Your task — Only one stretch of the data below is wanted: the lines from the one with "f 279 397 338" through the one with "f 515 459 458", repeated exactly.
Start of Block
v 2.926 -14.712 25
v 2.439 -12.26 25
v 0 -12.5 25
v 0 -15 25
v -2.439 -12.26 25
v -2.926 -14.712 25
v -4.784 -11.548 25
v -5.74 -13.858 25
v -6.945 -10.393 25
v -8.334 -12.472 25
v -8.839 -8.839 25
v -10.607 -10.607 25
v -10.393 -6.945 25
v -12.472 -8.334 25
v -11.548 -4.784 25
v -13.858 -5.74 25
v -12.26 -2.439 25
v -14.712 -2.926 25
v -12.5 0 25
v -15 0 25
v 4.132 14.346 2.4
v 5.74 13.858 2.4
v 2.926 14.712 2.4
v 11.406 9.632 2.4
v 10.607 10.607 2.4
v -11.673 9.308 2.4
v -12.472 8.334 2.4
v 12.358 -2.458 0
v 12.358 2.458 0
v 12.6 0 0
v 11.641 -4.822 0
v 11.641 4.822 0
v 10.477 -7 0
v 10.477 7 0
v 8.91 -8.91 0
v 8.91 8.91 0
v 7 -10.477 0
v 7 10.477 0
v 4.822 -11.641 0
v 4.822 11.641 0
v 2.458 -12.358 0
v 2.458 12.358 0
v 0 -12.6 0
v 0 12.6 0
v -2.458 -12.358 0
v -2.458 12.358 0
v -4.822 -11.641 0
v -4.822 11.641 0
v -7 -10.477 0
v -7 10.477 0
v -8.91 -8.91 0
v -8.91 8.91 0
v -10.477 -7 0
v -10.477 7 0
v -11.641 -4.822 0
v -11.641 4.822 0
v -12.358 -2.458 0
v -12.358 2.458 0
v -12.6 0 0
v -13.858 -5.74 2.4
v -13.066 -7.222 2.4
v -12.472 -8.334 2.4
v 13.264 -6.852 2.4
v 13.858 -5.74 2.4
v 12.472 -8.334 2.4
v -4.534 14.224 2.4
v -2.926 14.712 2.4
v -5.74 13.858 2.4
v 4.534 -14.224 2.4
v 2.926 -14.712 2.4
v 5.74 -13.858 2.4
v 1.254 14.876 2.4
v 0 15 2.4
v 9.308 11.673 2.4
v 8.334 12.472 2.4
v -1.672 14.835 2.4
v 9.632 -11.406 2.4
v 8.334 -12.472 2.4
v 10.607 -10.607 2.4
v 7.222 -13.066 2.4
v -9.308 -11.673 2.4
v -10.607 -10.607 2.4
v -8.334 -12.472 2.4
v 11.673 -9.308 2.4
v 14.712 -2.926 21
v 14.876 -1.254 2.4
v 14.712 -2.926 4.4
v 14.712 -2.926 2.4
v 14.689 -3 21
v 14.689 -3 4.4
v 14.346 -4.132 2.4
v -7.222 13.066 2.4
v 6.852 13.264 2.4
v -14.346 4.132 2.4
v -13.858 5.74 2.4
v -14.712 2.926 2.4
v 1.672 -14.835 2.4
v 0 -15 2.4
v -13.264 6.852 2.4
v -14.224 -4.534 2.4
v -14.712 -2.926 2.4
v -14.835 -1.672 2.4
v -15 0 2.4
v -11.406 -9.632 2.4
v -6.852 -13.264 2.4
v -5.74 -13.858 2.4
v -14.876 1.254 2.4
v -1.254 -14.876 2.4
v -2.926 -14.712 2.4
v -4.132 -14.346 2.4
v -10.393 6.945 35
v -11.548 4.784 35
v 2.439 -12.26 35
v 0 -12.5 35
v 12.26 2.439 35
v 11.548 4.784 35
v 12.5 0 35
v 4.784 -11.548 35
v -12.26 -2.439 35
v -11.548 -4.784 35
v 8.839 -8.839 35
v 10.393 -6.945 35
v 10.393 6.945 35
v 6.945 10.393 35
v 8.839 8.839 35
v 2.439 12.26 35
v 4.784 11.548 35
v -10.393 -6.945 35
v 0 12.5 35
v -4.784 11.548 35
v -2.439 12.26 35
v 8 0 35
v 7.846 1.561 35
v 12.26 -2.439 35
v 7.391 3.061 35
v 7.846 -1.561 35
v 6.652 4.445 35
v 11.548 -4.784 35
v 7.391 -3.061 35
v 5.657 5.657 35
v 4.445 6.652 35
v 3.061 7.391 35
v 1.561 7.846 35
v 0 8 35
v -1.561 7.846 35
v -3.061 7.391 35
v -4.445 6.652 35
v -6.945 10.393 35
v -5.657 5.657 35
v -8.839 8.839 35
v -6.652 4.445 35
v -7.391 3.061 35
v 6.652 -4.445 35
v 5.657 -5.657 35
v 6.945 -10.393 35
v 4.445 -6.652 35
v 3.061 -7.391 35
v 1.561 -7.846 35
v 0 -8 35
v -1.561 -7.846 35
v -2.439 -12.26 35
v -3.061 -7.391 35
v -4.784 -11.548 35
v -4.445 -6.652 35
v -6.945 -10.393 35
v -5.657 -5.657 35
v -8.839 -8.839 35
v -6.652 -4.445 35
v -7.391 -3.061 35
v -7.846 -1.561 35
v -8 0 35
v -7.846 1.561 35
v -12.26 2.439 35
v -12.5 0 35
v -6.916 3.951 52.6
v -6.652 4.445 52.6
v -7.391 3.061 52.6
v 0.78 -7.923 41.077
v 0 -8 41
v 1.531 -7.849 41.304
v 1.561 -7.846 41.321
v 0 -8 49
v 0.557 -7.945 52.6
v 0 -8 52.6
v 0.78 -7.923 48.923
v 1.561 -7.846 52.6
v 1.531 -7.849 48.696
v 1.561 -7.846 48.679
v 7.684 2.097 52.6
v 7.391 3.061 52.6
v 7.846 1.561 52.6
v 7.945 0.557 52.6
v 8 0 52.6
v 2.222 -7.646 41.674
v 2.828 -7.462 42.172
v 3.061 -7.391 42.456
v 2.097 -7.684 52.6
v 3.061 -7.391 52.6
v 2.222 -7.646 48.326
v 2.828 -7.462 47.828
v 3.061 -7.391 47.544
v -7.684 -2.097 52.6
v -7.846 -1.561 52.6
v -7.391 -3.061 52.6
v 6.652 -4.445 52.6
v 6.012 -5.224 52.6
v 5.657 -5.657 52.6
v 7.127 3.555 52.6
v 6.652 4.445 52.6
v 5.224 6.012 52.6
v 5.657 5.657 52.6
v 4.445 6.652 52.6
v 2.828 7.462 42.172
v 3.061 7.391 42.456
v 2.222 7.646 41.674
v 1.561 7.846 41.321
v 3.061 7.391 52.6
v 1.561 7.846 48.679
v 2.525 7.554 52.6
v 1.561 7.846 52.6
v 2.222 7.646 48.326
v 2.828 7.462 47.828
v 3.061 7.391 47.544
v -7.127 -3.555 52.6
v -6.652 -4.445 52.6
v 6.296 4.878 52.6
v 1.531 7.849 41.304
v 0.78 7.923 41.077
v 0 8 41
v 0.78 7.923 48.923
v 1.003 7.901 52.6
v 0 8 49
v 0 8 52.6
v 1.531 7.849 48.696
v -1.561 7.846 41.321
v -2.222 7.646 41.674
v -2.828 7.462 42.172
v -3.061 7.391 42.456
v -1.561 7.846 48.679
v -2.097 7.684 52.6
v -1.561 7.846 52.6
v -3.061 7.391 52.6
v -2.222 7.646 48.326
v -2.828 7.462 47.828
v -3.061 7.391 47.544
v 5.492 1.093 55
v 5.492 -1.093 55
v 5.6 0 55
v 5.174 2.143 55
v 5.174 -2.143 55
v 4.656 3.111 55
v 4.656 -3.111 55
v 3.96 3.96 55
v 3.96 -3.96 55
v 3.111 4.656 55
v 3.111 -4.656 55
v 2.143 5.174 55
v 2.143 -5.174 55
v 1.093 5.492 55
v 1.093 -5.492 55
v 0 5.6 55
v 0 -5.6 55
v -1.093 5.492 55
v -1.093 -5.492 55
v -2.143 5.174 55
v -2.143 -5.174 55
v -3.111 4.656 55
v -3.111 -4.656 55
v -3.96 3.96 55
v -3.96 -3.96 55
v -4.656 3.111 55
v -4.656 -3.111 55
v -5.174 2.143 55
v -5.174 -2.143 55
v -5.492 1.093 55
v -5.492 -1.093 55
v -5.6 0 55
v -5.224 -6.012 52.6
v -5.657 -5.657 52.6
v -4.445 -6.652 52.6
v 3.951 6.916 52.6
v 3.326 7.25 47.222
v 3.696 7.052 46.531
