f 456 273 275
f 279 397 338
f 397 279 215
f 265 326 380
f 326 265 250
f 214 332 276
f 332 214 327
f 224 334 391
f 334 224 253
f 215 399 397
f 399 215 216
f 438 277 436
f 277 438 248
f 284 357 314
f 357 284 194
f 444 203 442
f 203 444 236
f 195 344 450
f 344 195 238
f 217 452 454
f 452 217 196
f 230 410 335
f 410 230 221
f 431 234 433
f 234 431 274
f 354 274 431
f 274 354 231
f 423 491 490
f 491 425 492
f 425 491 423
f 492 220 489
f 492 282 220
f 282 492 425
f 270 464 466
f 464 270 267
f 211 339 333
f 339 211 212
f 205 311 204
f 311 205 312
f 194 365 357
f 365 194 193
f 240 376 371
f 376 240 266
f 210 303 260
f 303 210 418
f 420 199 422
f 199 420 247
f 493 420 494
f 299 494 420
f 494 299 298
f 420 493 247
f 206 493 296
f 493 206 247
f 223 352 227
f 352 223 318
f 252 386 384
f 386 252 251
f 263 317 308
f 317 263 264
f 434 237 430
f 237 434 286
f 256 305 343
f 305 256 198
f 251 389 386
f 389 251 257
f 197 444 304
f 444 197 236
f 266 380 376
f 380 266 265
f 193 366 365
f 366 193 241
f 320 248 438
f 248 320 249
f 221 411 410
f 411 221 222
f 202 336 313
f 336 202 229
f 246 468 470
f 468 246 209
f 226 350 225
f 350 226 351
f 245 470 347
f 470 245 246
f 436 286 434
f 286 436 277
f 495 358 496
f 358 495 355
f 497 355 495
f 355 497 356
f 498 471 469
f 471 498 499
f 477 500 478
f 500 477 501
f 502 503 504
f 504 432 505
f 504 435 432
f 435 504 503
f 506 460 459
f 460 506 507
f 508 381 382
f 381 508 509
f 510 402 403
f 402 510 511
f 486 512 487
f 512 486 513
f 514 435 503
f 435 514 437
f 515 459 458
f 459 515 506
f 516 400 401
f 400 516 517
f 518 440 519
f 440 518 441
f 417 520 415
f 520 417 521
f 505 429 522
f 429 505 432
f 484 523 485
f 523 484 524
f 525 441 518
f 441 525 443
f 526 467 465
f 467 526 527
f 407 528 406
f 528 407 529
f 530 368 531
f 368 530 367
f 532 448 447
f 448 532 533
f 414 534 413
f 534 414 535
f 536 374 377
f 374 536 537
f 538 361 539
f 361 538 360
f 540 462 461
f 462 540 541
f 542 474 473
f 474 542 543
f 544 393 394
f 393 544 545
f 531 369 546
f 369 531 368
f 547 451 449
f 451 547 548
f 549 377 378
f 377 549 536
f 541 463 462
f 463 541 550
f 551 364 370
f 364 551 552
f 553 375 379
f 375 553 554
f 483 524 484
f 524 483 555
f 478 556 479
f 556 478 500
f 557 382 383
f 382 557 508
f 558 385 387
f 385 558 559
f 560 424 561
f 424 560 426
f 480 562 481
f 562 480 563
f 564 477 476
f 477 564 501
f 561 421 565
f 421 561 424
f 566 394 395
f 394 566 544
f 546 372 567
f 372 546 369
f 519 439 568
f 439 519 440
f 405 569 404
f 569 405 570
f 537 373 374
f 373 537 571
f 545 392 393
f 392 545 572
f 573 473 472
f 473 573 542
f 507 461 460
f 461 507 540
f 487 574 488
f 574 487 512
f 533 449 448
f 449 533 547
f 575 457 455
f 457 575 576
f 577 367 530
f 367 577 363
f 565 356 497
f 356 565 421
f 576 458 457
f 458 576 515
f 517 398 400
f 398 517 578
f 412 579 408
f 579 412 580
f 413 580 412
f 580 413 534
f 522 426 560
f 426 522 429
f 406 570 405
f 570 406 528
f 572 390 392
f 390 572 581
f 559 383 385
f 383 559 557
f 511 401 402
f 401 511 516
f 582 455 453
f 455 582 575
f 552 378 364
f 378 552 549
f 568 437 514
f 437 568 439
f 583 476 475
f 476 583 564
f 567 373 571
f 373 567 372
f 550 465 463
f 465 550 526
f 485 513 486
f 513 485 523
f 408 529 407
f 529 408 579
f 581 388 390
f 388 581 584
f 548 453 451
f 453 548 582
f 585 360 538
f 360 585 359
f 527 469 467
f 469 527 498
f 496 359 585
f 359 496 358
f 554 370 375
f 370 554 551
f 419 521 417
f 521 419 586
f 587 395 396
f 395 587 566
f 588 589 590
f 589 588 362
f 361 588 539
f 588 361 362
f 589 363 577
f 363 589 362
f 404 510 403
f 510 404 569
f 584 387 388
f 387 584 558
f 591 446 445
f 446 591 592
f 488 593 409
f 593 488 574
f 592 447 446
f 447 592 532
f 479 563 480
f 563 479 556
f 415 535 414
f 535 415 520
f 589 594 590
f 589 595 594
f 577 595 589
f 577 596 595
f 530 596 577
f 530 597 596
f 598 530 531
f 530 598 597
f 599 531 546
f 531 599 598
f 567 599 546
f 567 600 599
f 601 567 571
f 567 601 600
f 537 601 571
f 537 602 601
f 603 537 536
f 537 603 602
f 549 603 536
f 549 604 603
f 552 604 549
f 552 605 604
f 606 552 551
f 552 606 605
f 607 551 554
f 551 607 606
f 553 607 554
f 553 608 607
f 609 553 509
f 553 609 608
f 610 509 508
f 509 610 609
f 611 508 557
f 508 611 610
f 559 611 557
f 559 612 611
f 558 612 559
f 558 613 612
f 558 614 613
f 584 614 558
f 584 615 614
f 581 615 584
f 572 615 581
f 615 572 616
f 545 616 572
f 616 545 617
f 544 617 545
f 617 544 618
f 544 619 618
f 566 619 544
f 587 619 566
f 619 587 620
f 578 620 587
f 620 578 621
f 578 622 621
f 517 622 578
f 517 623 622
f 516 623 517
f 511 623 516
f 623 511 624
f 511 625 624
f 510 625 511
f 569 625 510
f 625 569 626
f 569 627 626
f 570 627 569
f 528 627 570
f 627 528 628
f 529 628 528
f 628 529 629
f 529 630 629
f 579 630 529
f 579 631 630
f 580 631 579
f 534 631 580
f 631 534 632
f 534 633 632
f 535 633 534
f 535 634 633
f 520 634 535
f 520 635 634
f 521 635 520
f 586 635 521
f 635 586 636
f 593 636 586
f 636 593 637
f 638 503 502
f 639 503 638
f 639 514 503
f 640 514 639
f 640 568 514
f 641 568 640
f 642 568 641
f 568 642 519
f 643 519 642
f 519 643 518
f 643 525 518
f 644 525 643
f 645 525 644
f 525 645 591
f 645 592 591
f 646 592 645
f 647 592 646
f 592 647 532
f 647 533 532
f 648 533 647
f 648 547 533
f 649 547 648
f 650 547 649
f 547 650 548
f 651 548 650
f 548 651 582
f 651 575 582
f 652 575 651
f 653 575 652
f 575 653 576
End of Block
Response to the task —
f 279 397 338
f 397 279 215
f 265 326 380
f 326 265 250
f 214 332 276
f 332 214 327
f 224 334 391
f 334 224 253
f 215 399 397
f 399 215 216
f 438 277 436
f 277 438 248
f 284 357 314
f 357 284 194
f 444 203 442
f 203 444 236
f 195 344 450
f 344 195 238
f 217 452 454
f 452 217 196
f 230 410 335
f 410 230 221
f 431 234 433
f 234 431 274
f 354 274 431
f 274 354 231
f 423 491 490
f 491 425 492
f 425 491 423
f 492 220 489
f 492 282 220
f 282 492 425
f 270 464 466
f 464 270 267
f 211 339 333
f 339 211 212
f 205 311 204
f 311 205 312
f 194 365 357
f 365 194 193
f 240 376 371
f 376 240 266
f 210 303 260
f 303 210 418
f 420 199 422
f 199 420 247
f 493 420 494
f 299 494 420
f 494 299 298
f 420 493 247
f 206 493 296
f 493 206 247
f 223 352 227
f 352 223 318
f 252 386 384
f 386 252 251
f 263 317 308
f 317 263 264
f 434 237 430
f 237 434 286
f 256 305 343
f 305 256 198
f 251 389 386
f 389 251 257
f 197 444 304
f 444 197 236
f 266 380 376
f 380 266 265
f 193 366 365
f 366 193 241
f 320 248 438
f 248 320 249
f 221 411 410
f 411 221 222
f 202 336 313
f 336 202 229
f 246 468 470
f 468 246 209
f 226 350 225
f 350 226 351
f 245 470 347
f 470 245 246
f 436 286 434
f 286 436 277
f 495 358 496
f 358 495 355
f 497 355 495
f 355 497 356
f 498 471 469
f 471 498 499
f 477 500 478
f 500 477 501
f 502 503 504
f 504 432 505
f 504 435 432
f 435 504 503
f 506 460 459
f 460 506 507
f 508 381 382
f 381 508 509
f 510 402 403
f 402 510 511
f 486 512 487
f 512 486 513
f 514 435 503
f 435 514 437
f 515 459 458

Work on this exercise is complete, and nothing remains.